|In time, all gravestones will be forgotten. |
Yet, given the immortal nature of his writing,
I'm sure James Herriot's grave would be well cared-for,
had he desired to be buried.
The priest who introduced me to the work of Charles Williams told me several times that he had a photograph to show me. We had journeyed through Descent Into Hell together, one of Williams’ later novels, and I found so many aspects of the novel that were thought provoking and inspirational. I later read another of Williams’ novels, and two books about his life, and those were also meaningful experiences. Finally, I visited the priest in his office one weekday, and he showed me a photograph of the gravestone he had visited in Oxford. I stared at the great author’s name, etched into the stone, and felt…nothing.

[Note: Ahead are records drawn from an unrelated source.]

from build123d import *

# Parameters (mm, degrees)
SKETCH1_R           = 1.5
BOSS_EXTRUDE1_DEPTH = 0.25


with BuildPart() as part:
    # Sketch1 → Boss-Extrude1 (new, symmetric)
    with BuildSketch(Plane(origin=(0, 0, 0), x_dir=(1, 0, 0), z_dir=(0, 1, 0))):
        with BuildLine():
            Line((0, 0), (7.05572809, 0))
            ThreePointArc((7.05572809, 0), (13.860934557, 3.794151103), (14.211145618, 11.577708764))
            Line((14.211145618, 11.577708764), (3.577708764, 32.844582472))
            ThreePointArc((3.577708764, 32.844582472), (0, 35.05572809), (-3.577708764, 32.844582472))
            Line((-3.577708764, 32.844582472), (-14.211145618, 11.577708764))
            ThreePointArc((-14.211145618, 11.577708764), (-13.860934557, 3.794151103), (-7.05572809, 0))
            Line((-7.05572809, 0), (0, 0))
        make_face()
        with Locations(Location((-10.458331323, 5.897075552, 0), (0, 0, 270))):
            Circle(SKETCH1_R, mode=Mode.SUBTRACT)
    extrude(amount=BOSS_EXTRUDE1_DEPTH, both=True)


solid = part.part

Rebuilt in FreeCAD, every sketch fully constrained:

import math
import FreeCAD as App
import Part
import Sketcher
from FreeCAD import Vector
Q = App.Units.Quantity

doc = App.newDocument("Part")
body = doc.addObject("PartDesign::Body", "Body")

sketch1 = body.newObject("Sketcher::SketchObject", "Sketch")
sketch1.AttachmentSupport = (doc.getObject("XZ_Plane"), [""])
sketch1.MapMode = "FlatFace"
sketch1.addGeometry([
    Part.ArcOfCircle(Part.Circle(Vector(7.1, -8, 0), Vector(0, 0, 1), 8), math.radians(-27), math.radians(90)),
    Part.LineSegment(Vector(14.2, -11.6, 0), Vector(3.6, -32.8, 0)),
    Part.ArcOfCircle(Part.Circle(Vector(0, -31.1, 0), Vector(0, 0, 1), 4), math.radians(-153), math.radians(-27)),
    Part.LineSegment(Vector(-3.6, -32.8, 0), Vector(-14.2, -11.6, 0)),
    Part.ArcOfCircle(Part.Circle(Vector(-7.1, -8, 0), Vector(0, 0, 1), 8), math.radians(90), math.radians(207)),
    Part.LineSegment(Vector(-7.1, 0, 0), Vector(7.1, 0, 0)),
    Part.Circle(Vector(-10.5, -5.9, 0), Vector(0, 0, 1), 1.5),
], False)
sketch1.addConstraint([
    Sketcher.Constraint("Tangent", 0, 1, 1, 1),
    Sketcher.Constraint("Tangent", 1, 2, 2, 2),
    Sketcher.Constraint("Tangent", 2, 1, 3, 1),
    Sketcher.Constraint("Tangent", 3, 2, 4, 2),
    Sketcher.Constraint("Tangent", 4, 1, 5, 1),
    Sketcher.Constraint("Tangent", 5, 2, 0, 2),
    Sketcher.Constraint("Horizontal", 5),
    Sketcher.Constraint("Equal", 0, 4),
    Sketcher.Constraint("Symmetric", 4, 1, 5, 2, -1, 1),
    Sketcher.Constraint("PointOnObject", 2, 3, -2),
    Sketcher.Constraint("Diameter", 6, Q("3 mm")),
    Sketcher.Constraint("Radius", 0, Q("8 mm")),
    Sketcher.Constraint("Radius", 2, Q("4 mm")),
    Sketcher.Constraint("DistanceX", 5, 1, 5, 2, Q("14.111456 mm")),
    Sketcher.Constraint("DistanceY", 2, 3, -1, 1, Q("31.055728 mm")),
    Sketcher.Constraint("DistanceX", 6, 3, -1, 1, Q("10.458331 mm")),
    Sketcher.Constraint("DistanceY", 6, 3, -1, 1, Q("5.897076 mm")),
])
pad1 = body.newObject("PartDesign::Pad", "Pad")
pad1.Profile = sketch1
pad1.Length = 0.5
pad1.Midplane = True

doc.recompute()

In “The Proper Role of Fiction” and “The ‘Hunter’ of My Memories” I spoke about the death of my father. I haven’t visited his grave many times in the last two decades (largely because I live so far away now), but when I’ve stood over his gravestone, my physical nearness to his mortal body evoked memories of the special times we had shared. I felt his presence there in a way I didn’t feel at home, or for that matter, anywhere else.
For a long time now, James Herriot has been a part of my life. The characters portrayed in the TV show “All Creatures Great and Small” live in my mind, feed my imagination, and occasionally, even inhabit my dreams. I only started reading his books this year, but his flowing prose, the way he disguises people, events, and places, and the way he shapes incidents into chapters that could also function as stand-alone stories, soon held me entranced. As an aspiring writer, I’ve never really understood what makes short fiction tick. Yet his writing is beautiful, conversational, and structurally sound. If I could, I’d dearly love to replicate his style and form in my own writing career.

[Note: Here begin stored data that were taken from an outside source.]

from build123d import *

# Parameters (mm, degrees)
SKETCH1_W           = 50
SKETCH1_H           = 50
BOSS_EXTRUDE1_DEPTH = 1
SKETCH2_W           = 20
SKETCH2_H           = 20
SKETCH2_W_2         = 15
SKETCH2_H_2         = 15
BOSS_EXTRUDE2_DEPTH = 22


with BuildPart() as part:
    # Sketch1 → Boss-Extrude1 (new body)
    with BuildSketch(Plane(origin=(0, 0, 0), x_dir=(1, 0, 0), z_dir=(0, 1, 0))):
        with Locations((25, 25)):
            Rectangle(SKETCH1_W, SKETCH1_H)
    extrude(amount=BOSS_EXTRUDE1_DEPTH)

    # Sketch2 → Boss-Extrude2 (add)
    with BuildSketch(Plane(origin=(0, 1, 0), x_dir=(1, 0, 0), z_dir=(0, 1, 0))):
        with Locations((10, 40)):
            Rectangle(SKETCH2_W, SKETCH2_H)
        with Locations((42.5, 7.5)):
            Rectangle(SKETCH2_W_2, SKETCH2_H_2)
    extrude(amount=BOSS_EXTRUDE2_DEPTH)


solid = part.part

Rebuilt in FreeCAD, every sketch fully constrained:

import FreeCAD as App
import Part
import Sketcher
Q = App.Units.Quantity

doc = App.newDocument("Part")
body = doc.addObject("PartDesign::Body", "Body")

sketch1 = body.newObject("Sketcher::SketchObject", "Sketch")
sketch1.AttachmentSupport = (doc.getObject("XZ_Plane"), [""])
sketch1.MapMode = "FlatFace"
sketch1.addGeometry(Part.LineSegment(App.Vector(0, -50, 0), App.Vector(0, 0, 0)), False)
sketch1.addGeometry(Part.LineSegment(App.Vector(0, 0, 0), App.Vector(50, 0, 0)), False)
sketch1.addGeometry(Part.LineSegment(App.Vector(50, 0, 0), App.Vector(50, -50, 0)), False)
sketch1.addGeometry(Part.LineSegment(App.Vector(50, -50, 0), App.Vector(0, -50, 0)), False)
sketch1.addConstraint(Sketcher.Constraint("Coincident", 0, 2, 1, 1))
sketch1.addConstraint(Sketcher.Constraint("Coincident", 1, 2, 2, 1))
sketch1.addConstraint(Sketcher.Constraint("Coincident", 2, 2, 3, 1))
sketch1.addConstraint(Sketcher.Constraint("Coincident", 3, 2, 0, 1))
sketch1.addConstraint(Sketcher.Constraint("Vertical", 0))
sketch1.addConstraint(Sketcher.Constraint("Horizontal", 1))
sketch1.addConstraint(Sketcher.Constraint("Vertical", 2))
sketch1.addConstraint(Sketcher.Constraint("Horizontal", 3))
sketch1.addConstraint(Sketcher.Constraint("Coincident", 0, 2, -1, 1))
sketch1.addConstraint(Sketcher.Constraint("Equal", 3, 0))
sketch1.addConstraint(Sketcher.Constraint("DistanceX", 1, 1, 1, 2, Q("50 mm")))
pad1 = body.newObject("PartDesign::Pad", "Pad")
pad1.Profile = sketch1
pad1.Length = 1
pad1.Reversed = True

sketch2 = body.newObject("Sketcher::SketchObject", "Sketch001")
sketch2.AttachmentSupport = (doc.getObject("XZ_Plane"), [""])
sketch2.MapMode = "FlatFace"
sketch2.AttachmentOffset = App.Placement(App.Vector(0, 0, -1), App.Rotation())
sketch2.addGeometry(Part.LineSegment(App.Vector(0, -50, 0), App.Vector(0, -30, 0)), False)
sketch2.addGeometry(Part.LineSegment(App.Vector(0, -30, 0), App.Vector(20, -30, 0)), False)
sketch2.addGeometry(Part.LineSegment(App.Vector(20, -30, 0), App.Vector(20, -50, 0)), False)
sketch2.addGeometry(Part.LineSegment(App.Vector(20, -50, 0), App.Vector(0, -50, 0)), False)
sketch2.addGeometry(Part.LineSegment(App.Vector(35, -15, 0), App.Vector(35, 0, 0)), False)
sketch2.addGeometry(Part.LineSegment(App.Vector(35, 0, 0), App.Vector(50, 0, 0)), False)
sketch2.addGeometry(Part.LineSegment(App.Vector(50, 0, 0), App.Vector(50, -15, 0)), False)
sketch2.addGeometry(Part.LineSegment(App.Vector(50, -15, 0), App.Vector(35, -15, 0)), False)
sketch2.addConstraint(Sketcher.Constraint("Coincident", 0, 2, 1, 1))
sketch2.addConstraint(Sketcher.Constraint("Coincident", 1, 2, 2, 1))
sketch2.addConstraint(Sketcher.Constraint("Coincident", 2, 2, 3, 1))
sketch2.addConstraint(Sketcher.Constraint("Coincident", 3, 2, 0, 1))
sketch2.addConstraint(Sketcher.Constraint("Coincident", 4, 2, 5, 1))
sketch2.addConstraint(Sketcher.Constraint("Coincident", 5, 2, 6, 1))
sketch2.addConstraint(Sketcher.Constraint("Coincident", 6, 2, 7, 1))
sketch2.addConstraint(Sketcher.Constraint("Coincident", 7, 2, 4, 1))
sketch2.addConstraint(Sketcher.Constraint("Vertical", 0))
sketch2.addConstraint(Sketcher.Constraint("Horizontal", 1))
sketch2.addConstraint(Sketcher.Constraint("Vertical", 2))
sketch2.addConstraint(Sketcher.Constraint("Horizontal", 3))
sketch2.addConstraint(Sketcher.Constraint("Vertical", 4))
sketch2.addConstraint(Sketcher.Constraint("Horizontal", 5))
sketch2.addConstraint(Sketcher.Constraint("Vertical", 6))
sketch2.addConstraint(Sketcher.Constraint("Horizontal", 7))
sketch2.addConstraint(Sketcher.Constraint("PointOnObject", 0, 2, -2))
sketch2.addConstraint(Sketcher.Constraint("PointOnObject", 4, 2, -1))
sketch2.addConstraint(Sketcher.Constraint("Equal", 3, 0))
sketch2.addConstraint(Sketcher.Constraint("Equal", 7, 4))
sketch2.addConstraint(Sketcher.Constraint("DistanceX", 1, 1, 1, 2, Q("20 mm")))
sketch2.addConstraint(Sketcher.Constraint("DistanceX", 5, 1, 5, 2, Q("15 mm")))
sketch2.addConstraint(Sketcher.Constraint("DistanceY", 0, 2, -1, 1, Q("30 mm")))
sketch2.addConstraint(Sketcher.Constraint("DistanceX", -1, 1, 4, 2, Q("35 mm")))
pad2 = body.newObject("PartDesign::Pad", "Pad001")
pad2.Profile = sketch2
pad2.Length = 22
pad2.Reversed = True

doc.recompute()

As I’ve fallen in love with him as a storyteller, I enjoyed exploring the city of Thirsk, and the places that he loved so much. Yet I found myself wishing for something more: to visit his grave. This was impossible, as he was not buried, but cremated, and his ashes scattered to the winds.

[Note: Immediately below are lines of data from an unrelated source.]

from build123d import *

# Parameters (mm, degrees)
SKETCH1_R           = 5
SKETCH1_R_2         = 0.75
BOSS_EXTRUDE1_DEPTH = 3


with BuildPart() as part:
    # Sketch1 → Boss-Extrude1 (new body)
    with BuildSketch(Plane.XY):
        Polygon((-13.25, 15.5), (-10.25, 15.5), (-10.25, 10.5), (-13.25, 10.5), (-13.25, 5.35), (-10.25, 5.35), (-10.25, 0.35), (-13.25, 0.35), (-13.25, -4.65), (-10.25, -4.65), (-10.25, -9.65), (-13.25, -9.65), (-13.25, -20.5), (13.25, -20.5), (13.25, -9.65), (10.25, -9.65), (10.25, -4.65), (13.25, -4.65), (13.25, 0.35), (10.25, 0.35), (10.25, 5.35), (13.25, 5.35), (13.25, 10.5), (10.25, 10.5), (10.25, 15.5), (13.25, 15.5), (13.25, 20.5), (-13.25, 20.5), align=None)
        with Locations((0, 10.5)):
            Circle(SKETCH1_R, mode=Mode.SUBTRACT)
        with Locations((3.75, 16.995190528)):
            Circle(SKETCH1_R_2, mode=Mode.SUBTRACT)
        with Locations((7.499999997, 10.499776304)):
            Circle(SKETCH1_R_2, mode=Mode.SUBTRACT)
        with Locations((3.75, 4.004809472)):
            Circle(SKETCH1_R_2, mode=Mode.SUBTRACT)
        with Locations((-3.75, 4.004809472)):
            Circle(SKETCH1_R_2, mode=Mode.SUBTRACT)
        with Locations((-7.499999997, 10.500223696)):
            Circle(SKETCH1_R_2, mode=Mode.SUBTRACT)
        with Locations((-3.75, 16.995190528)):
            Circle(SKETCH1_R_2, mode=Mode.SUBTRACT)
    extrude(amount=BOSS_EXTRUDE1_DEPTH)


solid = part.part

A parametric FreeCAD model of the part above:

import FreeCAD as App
import Part
import Sketcher
from FreeCAD import Vector


def add_polygon(sketch, points):
    """Adds a closed chain of lines whose ends are joined by coincident constraints."""
    first, n = sketch.GeometryCount, len(points)
    for a, b in zip(points, points[1:] + points[:1]):
        sketch.addGeometry(Part.LineSegment(App.Vector(*a, 0), App.Vector(*b, 0)), False)
    for i in range(n):
        sketch.addConstraint(Sketcher.Constraint("Coincident", first + i, 2, first + (i + 1) % n, 1))

doc = App.newDocument("Part")
body = doc.addObject("PartDesign::Body", "Body")

# Sketch on XY plane
sketch1 = body.newObject("Sketcher::SketchObject", "Sketch")
sketch1.AttachmentSupport = (doc.getObject("XY_Plane"), [""])
sketch1.MapMode = "FlatFace"
add_polygon(sketch1, [(-13.25, 15.5), (-10.25, 15.5), (-10.25, 10.5), (-13.25, 10.5), (-13.25, 5.35), (-10.25, 5.35), (-10.25, 0.35), (-13.25, 0.35), (-13.25, -4.65), (-10.25, -4.65), (-10.25, -9.65), (-13.25, -9.65), (-13.25, -20.5), (13.25, -20.5), (13.25, -9.65), (10.25, -9.65), (10.25, -4.65), (13.25, -4.65), (13.25, 0.35), (10.25, 0.35), (10.25, 5.35), (13.25, 5.35), (13.25, 10.5), (10.25, 10.5), (10.25, 15.5), (13.25, 15.5), (13.25, 20.5), (-13.25, 20.5)])  # lines 0-27
sketch1.addGeometry(Part.Circle(Vector(-3.75, 4.004809, 0), Vector(0, 0, 1), 0.75), False)  # 28
sketch1.addGeometry(Part.Circle(Vector(3.75, 4.004809, 0), Vector(0, 0, 1), 0.75), False)  # 29
sketch1.addGeometry(Part.Circle(Vector(7.5, 10.499776, 0), Vector(0, 0, 1), 0.75), False)  # 30
sketch1.addGeometry(Part.Circle(Vector(-7.5, 10.500224, 0), Vector(0, 0, 1), 0.75), False)  # 31
sketch1.addGeometry(Part.Circle(Vector(-3.75, 16.995191, 0), Vector(0, 0, 1), 0.75), False)  # 32
sketch1.addGeometry(Part.Circle(Vector(0, 10.5, 0), Vector(0, 0, 1), 5), False)  # 33
sketch1.addGeometry(Part.Circle(Vector(3.75, 16.995191, 0), Vector(0, 0, 1), 0.75), False)  # 34
sketch1.addConstraint([
    Sketcher.Constraint("Horizontal", 0),
    Sketcher.Constraint("Vertical", 1),
    Sketcher.Constraint("Horizontal", 2),
    Sketcher.Constraint("Vertical", 3),
    Sketcher.Constraint("Horizontal", 4),
    Sketcher.Constraint("Vertical", 5),
    Sketcher.Constraint("Horizontal", 6),
    Sketcher.Constraint("Vertical", 7),
    Sketcher.Constraint("Horizontal", 8),
    Sketcher.Constraint("Vertical", 9),
    Sketcher.Constraint("Horizontal", 10),
    Sketcher.Constraint("Vertical", 11),
    Sketcher.Constraint("Horizontal", 12),
    Sketcher.Constraint("Vertical", 13),
    Sketcher.Constraint("Horizontal", 14),
    Sketcher.Constraint("Vertical", 15),
    Sketcher.Constraint("Horizontal", 16),
    Sketcher.Constraint("Vertical", 17),
    Sketcher.Constraint("Horizontal", 18),
    Sketcher.Constraint("Vertical", 19),
    Sketcher.Constraint("Horizontal", 20),
    Sketcher.Constraint("Vertical", 21),
    Sketcher.Constraint("Horizontal", 22),
    Sketcher.Constraint("Vertical", 23),
    Sketcher.Constraint("Horizontal", 24),
    Sketcher.Constraint("Vertical", 25),
    Sketcher.Constraint("Horizontal", 26),
    Sketcher.Constraint("Vertical", 27),
    Sketcher.Constraint("Equal", 28, 29),
    Sketcher.Constraint("Equal", 29, 30),
    Sketcher.Constraint("Equal", 30, 31),
    Sketcher.Constraint("Equal", 31, 32),
    Sketcher.Constraint("Equal", 32, 34),
    Sketcher.Constraint("Symmetric", 11, 2, 25, 2, -1, 1),
    Sketcher.Constraint("Symmetric", 28, 3, 29, 3, -2),
    Sketcher.Constraint("Symmetric", 32, 3, 34, 3, -2),
    Sketcher.Constraint("Symmetric", 10, 2, 13, 2, -2),
    Sketcher.Constraint("Symmetric", 8, 2, 15, 2, -2),
    Sketcher.Constraint("Symmetric", 6, 2, 17, 2, -2),
    Sketcher.Constraint("Symmetric", 4, 2, 19, 2, -2),
    Sketcher.Constraint("Symmetric", 2, 2, 21, 2, -2),
    Sketcher.Constraint("Symmetric", 0, 2, 23, 2, -2),
    Sketcher.Constraint("PointOnObject", 33, 3, -2),
    Sketcher.Constraint("Horizontal", 33, 3, 1, 2),
    Sketcher.Constraint("Vertical", 28, 3, 32, 3),
    Sketcher.Constraint("Vertical", 1, 2, 4, 2),
    Sketcher.Constraint("Vertical", 3, 2, 6, 2),
    Sketcher.Constraint("Vertical", 5, 2, 8, 2),
    Sketcher.Constraint("Vertical", 7, 2, 10, 2),
    Sketcher.Constraint("Vertical", 11, 2, 26, 2),
    Sketcher.Constraint("Equal", 1, 5),
    Sketcher.Constraint("Equal", 5, 7),
    Sketcher.Constraint("Equal", 7, 9),
    Sketcher.Constraint("Equal", 23, 25),
    Sketcher.Constraint("Diameter", 33, 10.0),
    Sketcher.Constraint("Diameter", 28, 1.5),
    Sketcher.Constraint("DistanceX", 0, 1, 0, 2, 3.0),
    Sketcher.Constraint("DistanceY", 1, 2, 1, 1, 5.0),
    Sketcher.Constraint("DistanceX", 12, 1, 12, 2, 26.5),
    Sketcher.Constraint("DistanceX", 31, 3, 30, 3, 15.0),
    Sketcher.Constraint("DistanceX", 0, 2, 34, 3, 14.0),
    Sketcher.Constraint("DistanceY", 3, 2, 3, 1, 5.15),
    Sketcher.Constraint("DistanceY", 11, 2, 11, 1, 10.85),
    Sketcher.Constraint("DistanceX", -1, 1, 30, 3, 7.5),
    Sketcher.Constraint("DistanceY", -1, 1, 28, 3, 4.004809),
    Sketcher.Constraint("DistanceY", -1, 1, 32, 3, 16.995191),
    Sketcher.Constraint("DistanceY", -1, 1, 30, 3, 10.499776),
    Sketcher.Constraint("DistanceY", -1, 1, 31, 3, 10.500224),
])
pad1 = body.newObject("PartDesign::Pad", "Pad")
pad1.Profile = sketch1
pad1.Length = 3

doc.recompute()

Cremation is foreign to my family traditions, even though, in many ways, it seems a logical choice. Why bury a body in the ground? It only takes up land that could be used far more profitably in other ways. If my father had been cremated, and his ashes placed in a container, I could visit my father, so to speak, every time I visit my mother. Alf Wight (who wrote under the pseudonym of James Herriot) had a perfect right to be cremated, and for his ashes to be scattered over his beloved Yorkshire, if that was what he wished. Yet, when one becomes a public figure, someone beloved by thousands or even millions, shouldn’t one consider the thoughts and feelings of all those who might someday wish to visit one’s final resting place?
I know I am not alone in this. A quick Internet search reveals similar stories of people who visited the places James Herriot lived. Like me, they also sought the place where his ashes were scattered. Although reports vary, most point to a particular ridge in the North York Moors, one he called “The Finest View in England.” So, before we left Thirsk to continue our exploration of Yorkshire, we had another reason to visit this nearby national park. I didn’t know what I would find there, or what I would feel when I visited this particular area. I just knew I had to make the pilgrimage.